# 04 Jeep Grand Cherokee Overland Remote start install problems!!!



## money9117 (Jul 26, 2015)

Hey everyone, 
Hoping someone can help me sort this out. I have a 2004 Overland and I am attempting to install (its in there but not working) Viper 5607v remote start/alarm with a DB-ALL bypass module.

SO here is where my issue starts (it actually doesnt start). I wired everything up as per the instructions from the DB-ALL and the Viper install sheet. Everything works: lights, locks, starting the jeep with the key, etc, however starting the jeep with the remote start will crank the engine but will not fire. even if I hold a key up to the immobilizer. I have also followed the directions from install guides on this forum with no luck. 

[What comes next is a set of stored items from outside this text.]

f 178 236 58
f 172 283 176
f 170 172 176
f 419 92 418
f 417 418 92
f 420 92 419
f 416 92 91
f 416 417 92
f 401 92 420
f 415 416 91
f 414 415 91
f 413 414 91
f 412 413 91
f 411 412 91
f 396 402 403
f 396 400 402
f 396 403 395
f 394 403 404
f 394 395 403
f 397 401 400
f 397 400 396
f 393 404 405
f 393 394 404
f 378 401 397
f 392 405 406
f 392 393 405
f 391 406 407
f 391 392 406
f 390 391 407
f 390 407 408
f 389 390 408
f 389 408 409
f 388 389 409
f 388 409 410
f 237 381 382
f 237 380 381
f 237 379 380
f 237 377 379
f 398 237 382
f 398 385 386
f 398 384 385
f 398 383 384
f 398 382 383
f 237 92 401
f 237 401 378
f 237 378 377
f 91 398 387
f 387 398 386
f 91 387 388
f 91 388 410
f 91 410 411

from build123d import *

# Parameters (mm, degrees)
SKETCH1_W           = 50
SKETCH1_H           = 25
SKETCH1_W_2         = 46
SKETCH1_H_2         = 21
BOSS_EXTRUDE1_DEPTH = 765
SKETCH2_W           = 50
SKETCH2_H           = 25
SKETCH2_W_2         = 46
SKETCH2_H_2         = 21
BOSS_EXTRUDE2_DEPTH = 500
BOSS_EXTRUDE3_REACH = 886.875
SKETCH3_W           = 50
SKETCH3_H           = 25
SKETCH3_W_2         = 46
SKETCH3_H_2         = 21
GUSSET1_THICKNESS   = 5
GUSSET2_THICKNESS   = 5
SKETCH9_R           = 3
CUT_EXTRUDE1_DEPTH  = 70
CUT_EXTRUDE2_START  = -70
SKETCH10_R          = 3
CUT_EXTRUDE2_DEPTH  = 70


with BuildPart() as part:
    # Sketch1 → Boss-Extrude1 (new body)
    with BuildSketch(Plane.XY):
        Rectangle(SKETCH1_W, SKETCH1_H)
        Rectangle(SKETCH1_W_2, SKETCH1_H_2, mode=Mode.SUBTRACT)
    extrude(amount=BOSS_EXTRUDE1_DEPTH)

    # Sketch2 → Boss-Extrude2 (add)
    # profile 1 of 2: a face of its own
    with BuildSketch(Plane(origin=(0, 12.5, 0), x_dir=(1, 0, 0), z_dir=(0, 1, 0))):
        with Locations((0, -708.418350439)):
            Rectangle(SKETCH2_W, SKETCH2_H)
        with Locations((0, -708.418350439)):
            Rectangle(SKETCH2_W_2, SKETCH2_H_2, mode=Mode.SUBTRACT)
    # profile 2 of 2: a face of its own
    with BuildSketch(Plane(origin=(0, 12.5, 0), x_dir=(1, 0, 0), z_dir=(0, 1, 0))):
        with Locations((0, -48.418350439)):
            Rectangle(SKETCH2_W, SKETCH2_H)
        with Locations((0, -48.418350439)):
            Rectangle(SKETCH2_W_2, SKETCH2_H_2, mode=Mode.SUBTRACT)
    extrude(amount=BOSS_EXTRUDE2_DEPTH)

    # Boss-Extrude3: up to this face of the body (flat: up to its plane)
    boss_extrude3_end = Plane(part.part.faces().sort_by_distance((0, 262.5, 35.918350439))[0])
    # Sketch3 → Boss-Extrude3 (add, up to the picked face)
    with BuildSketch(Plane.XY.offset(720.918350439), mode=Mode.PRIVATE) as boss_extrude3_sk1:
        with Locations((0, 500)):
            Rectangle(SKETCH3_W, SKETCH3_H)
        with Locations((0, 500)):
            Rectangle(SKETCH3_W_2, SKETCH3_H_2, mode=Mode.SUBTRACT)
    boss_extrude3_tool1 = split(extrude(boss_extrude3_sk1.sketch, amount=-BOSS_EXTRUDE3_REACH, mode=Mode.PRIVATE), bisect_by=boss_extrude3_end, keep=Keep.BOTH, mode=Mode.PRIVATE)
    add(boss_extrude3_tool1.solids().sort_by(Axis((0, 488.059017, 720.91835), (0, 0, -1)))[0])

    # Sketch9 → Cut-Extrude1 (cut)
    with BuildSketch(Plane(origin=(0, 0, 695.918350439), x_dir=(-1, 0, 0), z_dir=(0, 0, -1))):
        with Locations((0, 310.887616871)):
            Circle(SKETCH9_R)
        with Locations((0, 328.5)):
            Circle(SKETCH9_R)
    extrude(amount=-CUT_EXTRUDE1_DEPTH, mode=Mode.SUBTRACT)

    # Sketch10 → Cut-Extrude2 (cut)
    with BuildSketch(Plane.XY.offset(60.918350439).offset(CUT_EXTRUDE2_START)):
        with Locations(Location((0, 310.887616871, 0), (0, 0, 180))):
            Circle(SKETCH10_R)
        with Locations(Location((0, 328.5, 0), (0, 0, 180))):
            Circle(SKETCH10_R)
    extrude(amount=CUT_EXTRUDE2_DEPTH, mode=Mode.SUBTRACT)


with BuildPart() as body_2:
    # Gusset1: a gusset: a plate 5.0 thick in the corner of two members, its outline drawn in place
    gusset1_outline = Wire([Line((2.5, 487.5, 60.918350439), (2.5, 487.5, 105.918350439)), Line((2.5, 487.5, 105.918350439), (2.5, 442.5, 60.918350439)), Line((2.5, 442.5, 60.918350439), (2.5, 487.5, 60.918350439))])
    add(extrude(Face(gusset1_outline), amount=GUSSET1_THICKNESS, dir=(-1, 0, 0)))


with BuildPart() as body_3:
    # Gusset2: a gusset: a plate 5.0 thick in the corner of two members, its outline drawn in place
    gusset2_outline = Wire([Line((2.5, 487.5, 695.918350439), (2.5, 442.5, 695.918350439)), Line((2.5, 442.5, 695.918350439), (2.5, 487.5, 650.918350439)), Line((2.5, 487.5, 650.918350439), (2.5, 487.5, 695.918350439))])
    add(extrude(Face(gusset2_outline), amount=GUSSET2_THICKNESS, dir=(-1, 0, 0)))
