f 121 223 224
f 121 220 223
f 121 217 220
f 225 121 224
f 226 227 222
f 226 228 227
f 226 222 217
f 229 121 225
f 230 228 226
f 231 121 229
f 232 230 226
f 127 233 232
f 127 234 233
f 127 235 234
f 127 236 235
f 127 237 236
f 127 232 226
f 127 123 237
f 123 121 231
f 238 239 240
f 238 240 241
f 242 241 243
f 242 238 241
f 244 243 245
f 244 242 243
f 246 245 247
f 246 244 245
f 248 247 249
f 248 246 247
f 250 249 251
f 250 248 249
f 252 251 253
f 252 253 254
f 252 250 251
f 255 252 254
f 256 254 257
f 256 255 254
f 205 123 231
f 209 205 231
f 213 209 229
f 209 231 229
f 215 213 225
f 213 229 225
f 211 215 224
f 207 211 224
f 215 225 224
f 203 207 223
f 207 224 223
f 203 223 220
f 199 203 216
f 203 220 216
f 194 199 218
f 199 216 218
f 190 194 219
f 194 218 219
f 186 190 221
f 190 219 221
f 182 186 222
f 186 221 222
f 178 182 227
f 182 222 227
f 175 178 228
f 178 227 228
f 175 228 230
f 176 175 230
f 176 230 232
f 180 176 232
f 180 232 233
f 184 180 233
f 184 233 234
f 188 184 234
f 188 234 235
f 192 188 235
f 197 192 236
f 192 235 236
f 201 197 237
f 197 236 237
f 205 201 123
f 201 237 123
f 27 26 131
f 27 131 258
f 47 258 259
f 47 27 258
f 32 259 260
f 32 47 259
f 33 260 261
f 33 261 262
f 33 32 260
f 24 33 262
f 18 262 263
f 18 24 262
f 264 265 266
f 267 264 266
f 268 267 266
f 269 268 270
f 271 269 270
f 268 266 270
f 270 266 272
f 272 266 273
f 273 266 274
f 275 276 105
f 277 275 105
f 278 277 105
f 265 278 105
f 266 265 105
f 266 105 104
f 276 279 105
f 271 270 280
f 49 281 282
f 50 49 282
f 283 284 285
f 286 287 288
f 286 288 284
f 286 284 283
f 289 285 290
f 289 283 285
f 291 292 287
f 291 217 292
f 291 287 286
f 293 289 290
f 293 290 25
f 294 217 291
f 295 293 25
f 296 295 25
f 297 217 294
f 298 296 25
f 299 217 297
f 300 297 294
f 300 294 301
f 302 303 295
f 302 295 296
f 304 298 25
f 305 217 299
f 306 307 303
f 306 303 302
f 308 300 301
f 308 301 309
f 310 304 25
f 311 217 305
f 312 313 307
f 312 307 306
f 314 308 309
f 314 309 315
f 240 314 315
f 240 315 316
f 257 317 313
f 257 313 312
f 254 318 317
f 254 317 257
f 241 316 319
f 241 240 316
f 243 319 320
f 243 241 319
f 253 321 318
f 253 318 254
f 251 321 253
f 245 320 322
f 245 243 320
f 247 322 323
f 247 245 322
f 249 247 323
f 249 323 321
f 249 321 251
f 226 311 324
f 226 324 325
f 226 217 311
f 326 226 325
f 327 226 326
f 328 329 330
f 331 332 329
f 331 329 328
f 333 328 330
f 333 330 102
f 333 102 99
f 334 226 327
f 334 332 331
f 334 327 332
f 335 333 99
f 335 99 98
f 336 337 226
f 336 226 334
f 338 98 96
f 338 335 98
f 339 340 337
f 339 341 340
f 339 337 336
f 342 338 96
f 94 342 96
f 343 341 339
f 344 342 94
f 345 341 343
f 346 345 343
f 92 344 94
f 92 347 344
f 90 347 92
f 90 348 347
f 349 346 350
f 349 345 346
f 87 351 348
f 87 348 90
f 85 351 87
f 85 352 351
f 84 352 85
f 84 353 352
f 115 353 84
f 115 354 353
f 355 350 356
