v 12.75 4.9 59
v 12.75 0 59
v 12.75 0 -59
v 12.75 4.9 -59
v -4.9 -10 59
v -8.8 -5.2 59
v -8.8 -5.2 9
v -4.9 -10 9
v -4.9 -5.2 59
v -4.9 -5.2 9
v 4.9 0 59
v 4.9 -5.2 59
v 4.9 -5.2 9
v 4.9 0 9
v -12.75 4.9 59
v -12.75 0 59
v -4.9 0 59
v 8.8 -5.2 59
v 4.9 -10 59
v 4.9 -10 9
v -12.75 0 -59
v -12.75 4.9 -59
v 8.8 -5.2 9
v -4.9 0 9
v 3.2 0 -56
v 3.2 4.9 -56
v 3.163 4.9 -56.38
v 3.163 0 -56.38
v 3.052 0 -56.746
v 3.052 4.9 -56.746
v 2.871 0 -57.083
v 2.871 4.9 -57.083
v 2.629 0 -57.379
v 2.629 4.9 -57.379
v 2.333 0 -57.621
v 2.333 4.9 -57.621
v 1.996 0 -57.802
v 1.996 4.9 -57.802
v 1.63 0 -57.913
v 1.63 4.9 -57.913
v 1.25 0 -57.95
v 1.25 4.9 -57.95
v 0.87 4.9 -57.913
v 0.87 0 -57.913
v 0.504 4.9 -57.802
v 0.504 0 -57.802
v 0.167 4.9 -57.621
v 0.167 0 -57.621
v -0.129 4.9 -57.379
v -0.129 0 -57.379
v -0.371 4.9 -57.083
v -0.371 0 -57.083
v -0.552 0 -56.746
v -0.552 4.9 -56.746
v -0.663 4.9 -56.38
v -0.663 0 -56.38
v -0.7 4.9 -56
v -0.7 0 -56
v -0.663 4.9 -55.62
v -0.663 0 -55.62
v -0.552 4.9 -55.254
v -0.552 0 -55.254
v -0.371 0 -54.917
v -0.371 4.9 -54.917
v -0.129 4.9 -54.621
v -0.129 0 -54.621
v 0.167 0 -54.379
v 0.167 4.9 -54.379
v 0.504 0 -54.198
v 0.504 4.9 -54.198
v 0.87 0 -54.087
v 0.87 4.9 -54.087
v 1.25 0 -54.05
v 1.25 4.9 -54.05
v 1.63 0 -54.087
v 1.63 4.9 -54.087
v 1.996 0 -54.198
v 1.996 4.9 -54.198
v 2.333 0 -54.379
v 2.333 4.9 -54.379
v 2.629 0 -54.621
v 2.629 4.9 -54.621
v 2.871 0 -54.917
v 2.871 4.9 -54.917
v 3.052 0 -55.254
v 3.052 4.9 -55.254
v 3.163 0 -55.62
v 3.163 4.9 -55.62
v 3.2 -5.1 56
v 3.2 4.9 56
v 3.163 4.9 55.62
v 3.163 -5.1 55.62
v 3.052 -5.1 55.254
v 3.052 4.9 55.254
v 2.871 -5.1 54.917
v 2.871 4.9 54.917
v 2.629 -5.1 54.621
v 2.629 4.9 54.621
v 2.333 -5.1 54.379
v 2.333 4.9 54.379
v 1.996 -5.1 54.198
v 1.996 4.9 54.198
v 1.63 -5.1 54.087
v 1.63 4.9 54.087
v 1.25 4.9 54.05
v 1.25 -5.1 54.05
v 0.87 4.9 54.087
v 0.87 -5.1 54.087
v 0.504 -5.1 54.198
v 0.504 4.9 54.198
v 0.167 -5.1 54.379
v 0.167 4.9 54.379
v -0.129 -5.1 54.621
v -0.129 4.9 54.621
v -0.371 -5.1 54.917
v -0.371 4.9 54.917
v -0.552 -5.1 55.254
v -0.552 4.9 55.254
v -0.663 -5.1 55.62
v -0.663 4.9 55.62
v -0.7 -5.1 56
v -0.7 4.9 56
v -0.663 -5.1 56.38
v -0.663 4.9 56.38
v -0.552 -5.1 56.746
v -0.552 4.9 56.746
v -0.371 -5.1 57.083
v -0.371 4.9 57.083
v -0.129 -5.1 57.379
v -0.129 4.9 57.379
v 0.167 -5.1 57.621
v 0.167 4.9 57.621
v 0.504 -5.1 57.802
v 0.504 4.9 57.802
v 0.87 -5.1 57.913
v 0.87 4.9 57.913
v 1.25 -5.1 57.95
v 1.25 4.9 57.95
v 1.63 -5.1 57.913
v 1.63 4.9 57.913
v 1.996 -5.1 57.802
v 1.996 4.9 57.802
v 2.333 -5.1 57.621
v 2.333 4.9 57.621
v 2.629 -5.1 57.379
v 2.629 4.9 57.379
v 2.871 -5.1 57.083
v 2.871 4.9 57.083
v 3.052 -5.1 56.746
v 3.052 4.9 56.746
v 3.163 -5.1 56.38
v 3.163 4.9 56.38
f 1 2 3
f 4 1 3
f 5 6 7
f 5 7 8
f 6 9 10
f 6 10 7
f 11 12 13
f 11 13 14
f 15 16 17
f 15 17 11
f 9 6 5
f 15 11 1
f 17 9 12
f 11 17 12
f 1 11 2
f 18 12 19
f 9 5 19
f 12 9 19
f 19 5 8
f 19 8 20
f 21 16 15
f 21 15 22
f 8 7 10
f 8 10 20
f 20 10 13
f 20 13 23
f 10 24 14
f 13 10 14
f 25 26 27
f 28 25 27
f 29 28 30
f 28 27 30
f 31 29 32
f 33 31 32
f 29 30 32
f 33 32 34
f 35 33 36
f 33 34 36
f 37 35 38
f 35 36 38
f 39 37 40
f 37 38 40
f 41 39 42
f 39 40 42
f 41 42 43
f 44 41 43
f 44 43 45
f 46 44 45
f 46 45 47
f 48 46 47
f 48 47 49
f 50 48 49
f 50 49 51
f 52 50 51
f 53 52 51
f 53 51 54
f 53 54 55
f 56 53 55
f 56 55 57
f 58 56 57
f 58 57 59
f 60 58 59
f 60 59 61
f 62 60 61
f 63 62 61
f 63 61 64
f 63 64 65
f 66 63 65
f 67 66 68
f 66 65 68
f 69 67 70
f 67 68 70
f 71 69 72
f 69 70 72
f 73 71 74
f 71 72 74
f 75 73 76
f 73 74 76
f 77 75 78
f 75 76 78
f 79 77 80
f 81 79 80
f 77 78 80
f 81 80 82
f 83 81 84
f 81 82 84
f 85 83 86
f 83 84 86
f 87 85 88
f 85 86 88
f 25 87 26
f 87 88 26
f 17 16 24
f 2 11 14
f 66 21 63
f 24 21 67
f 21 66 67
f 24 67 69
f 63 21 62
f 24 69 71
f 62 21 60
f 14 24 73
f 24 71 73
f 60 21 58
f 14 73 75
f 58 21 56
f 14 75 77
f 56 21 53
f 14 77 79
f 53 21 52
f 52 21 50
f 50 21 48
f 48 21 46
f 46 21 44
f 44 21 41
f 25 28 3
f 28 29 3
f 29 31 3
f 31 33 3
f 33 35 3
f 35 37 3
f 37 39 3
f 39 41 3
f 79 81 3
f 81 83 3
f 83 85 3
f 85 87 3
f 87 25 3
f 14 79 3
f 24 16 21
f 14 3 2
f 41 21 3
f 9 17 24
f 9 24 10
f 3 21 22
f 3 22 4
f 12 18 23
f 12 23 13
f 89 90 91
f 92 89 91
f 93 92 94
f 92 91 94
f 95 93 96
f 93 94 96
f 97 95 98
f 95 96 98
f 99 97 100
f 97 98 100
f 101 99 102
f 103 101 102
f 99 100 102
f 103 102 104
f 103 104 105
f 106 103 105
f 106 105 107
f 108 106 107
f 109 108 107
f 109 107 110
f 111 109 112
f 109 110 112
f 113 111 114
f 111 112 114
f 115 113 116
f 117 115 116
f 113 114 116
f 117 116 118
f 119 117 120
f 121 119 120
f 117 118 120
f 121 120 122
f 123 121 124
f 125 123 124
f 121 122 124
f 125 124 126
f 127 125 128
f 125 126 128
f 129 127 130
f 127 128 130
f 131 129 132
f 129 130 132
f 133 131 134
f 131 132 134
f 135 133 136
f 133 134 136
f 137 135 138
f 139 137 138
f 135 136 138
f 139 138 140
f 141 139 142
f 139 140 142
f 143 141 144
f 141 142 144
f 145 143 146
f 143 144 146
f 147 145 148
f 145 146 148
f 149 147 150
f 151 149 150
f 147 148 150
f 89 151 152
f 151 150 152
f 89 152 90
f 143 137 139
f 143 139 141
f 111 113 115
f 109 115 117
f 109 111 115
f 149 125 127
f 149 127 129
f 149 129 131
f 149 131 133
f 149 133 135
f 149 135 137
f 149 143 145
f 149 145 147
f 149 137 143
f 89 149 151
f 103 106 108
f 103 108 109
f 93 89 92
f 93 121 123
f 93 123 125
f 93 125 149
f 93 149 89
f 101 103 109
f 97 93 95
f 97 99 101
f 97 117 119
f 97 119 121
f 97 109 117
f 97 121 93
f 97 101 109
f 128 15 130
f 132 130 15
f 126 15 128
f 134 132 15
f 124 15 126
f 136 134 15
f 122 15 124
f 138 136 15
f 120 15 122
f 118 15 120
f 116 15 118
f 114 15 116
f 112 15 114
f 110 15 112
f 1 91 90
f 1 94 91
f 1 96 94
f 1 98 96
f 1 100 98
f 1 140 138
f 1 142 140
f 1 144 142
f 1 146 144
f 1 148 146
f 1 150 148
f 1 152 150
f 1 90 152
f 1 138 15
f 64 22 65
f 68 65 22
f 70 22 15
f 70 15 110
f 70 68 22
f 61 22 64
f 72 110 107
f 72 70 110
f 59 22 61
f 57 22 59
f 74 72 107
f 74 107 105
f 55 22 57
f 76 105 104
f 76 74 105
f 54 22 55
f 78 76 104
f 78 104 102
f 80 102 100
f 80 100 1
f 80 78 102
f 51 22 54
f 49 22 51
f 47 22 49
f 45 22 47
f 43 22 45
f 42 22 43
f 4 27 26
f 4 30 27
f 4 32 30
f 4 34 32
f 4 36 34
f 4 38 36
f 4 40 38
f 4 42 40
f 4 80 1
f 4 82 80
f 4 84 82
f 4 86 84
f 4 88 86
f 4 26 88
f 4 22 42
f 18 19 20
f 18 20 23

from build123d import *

# Parameters (mm, degrees)
SKETCH1_W           = 25.5
SKETCH1_H           = 118
BOSS_EXTRUDE1_DEPTH = 4.9
BOSS_EXTRUDE5_DEPTH = 50
SKETCH2_R           = 1.95
CUT_EXTRUDE1_DEPTH  = 10


with BuildPart() as part:
    # Sketch1 → Boss-Extrude1 (new body)
    with BuildSketch(Plane(origin=(0, 0, 0), x_dir=(1, 0, 0), z_dir=(0, 1, 0))):
        Rectangle(SKETCH1_W, SKETCH1_H)
    extrude(amount=BOSS_EXTRUDE1_DEPTH)

    # Sketch5 → Boss-Extrude5 (add)
    with BuildSketch(Plane.XY.offset(59)):
        Polygon((-4.9, 0), (-4.9, -5.2), (-8.8, -5.2), (-4.9, -10), (4.9, -10), (8.8, -5.2), (4.9, -5.2), (4.9, 0), align=None)
    extrude(amount=-BOSS_EXTRUDE5_DEPTH)

    # Sketch2 → Cut-Extrude1 (cut)
    with BuildSketch(Plane(origin=(0, 4.9, 0), x_dir=(1, 0, 0), z_dir=(0, 1, 0))):
        with Locations((1.25, 56)):
            Circle(SKETCH2_R)
        with Locations((1.25, -56)):
            Circle(SKETCH2_R)
    extrude(amount=-CUT_EXTRUDE1_DEPTH, mode=Mode.SUBTRACT)


solid = part.part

So heres a list of what I have hooked up:

From the viper:
6-pin main harness
1. red 12v constant - 12v constant
2. black chassis ground - ground 
3. brown siren output - siren 
4. wht/brown parking light iso wire - not connected
5. white parking light output - #11 pin on headlight switch (yellow)
6. orange ground when armed output - not connected 

3-pin door lock
not connected

10-pin remote start heavy gauge
1. no connection
2. red/blk fused 12v acc/starter input - red 12v constant ignition harness
3. pink/blk flex relay input 87a key side - not connected 
4. pink/white ignition 2/flex relay output - blk/orange ignition harness (programmed in viper for acc 2)
5. red fused 12v ignition input - red 12v constant ignition harness 
6. green starter input - not connected 
7. violet starter output - yellow ignition harness
8. orange acc output - black/red ignition harness 
9. red/wht fused 12v ignition 2 - red 12v constant ignition harness
10. pink ignition 1 input/output - dark blue ignition harness

24-pin aux/shutdown/trigger harness (only listing whats hooked up)
13. blk/wht neutral saftey/parking brake - grounded
17. pink ignition 1 output - pink at 10-pin pink to dark blue ignition harness
20. brown brake shut down input - not connected 
From what I have read and researched this ^ does not need to be connected with the DB-ALL. 

DB-ALL connections
14-pin
2. yellow/violet J1850 - yellow/violet #2 pin obdII
8. yellow ignition (car side) - blue/wht car side immobilizer harness
9. orange/yellow ignition (immobilizer side) - blue/wht harness side immob 
13. red 12v - red 12v constant ignition harness
14. black ground - ground 

12-pin harness
5. violet/wht tach output - 24-pin harness violet/wht tach input
8. violet/grn parking light output - #11 pin yellow headlight switch 
9. violet/brn parking light output - #11 pin yellow headlight switch 

10-pin harness
9. pink ignition input - pink 10 pin harness pink to dark blue ignition harness

D2D harness
-connected to viper module. 


I consider myself a competent person when it comes to wiring things up, all connections are soldered and either heat shrunk or taped no lose wires and all wire not being used are taped as well so they wont short. 

I have tried to learn the virtual tach but the remote start wont start so it wont learn. I than connected the tach output on the DB-ALL to the tach input on the 24 pin connector on the viper and learned the tach and changed modes in the viper from virtual tach to tach in menu 3 item 2 option 4. 

So when I press remote start with the system armed, all doors shut, etc it cranks the jeep for about 4-6 seconds stops, flashes parking lamps once, waits a few seconds and cranks again for about 4-6 seconds, stops, flashes once, waits, cranks 4-6 seconds flashes and stops and the remote says remote start error. 

From other installs I have searched through it seemed to be ok to connect all the fused 12v's together and punch them to a single 12v constant source. If this is my issue I will probably be pretty pissed lol. 

On a side note I would like to have my horn honk with the siren when the alarm is tripped is this as simple as connecting the #16 wire (black/brown) from the 24 pin harness to the grey/orange horn wire under the steering wheel or is a relay needed? 

I have tried to explain this the best I can SOMEONE PLEASE HELP!!!!!

Thanks James 















and yes i tried









FLY ARMY


----------



## jaggerwild (May 21, 2007)

If its not starting while holding the key to the unit, you may have missed an extra ignition wire. Basically, in the main harness when you use the key(use a test light) see what each wire does like pink wire goes hot during key on and crank etc.
I assume you just need to find the one not getting power as when the key is used. Not a great idle to draw all 12 volts from one wire, should be more then one under there......
Also make sure the immobilizer is programmed correctly, if its not you wont get spark or gas as you know.


----------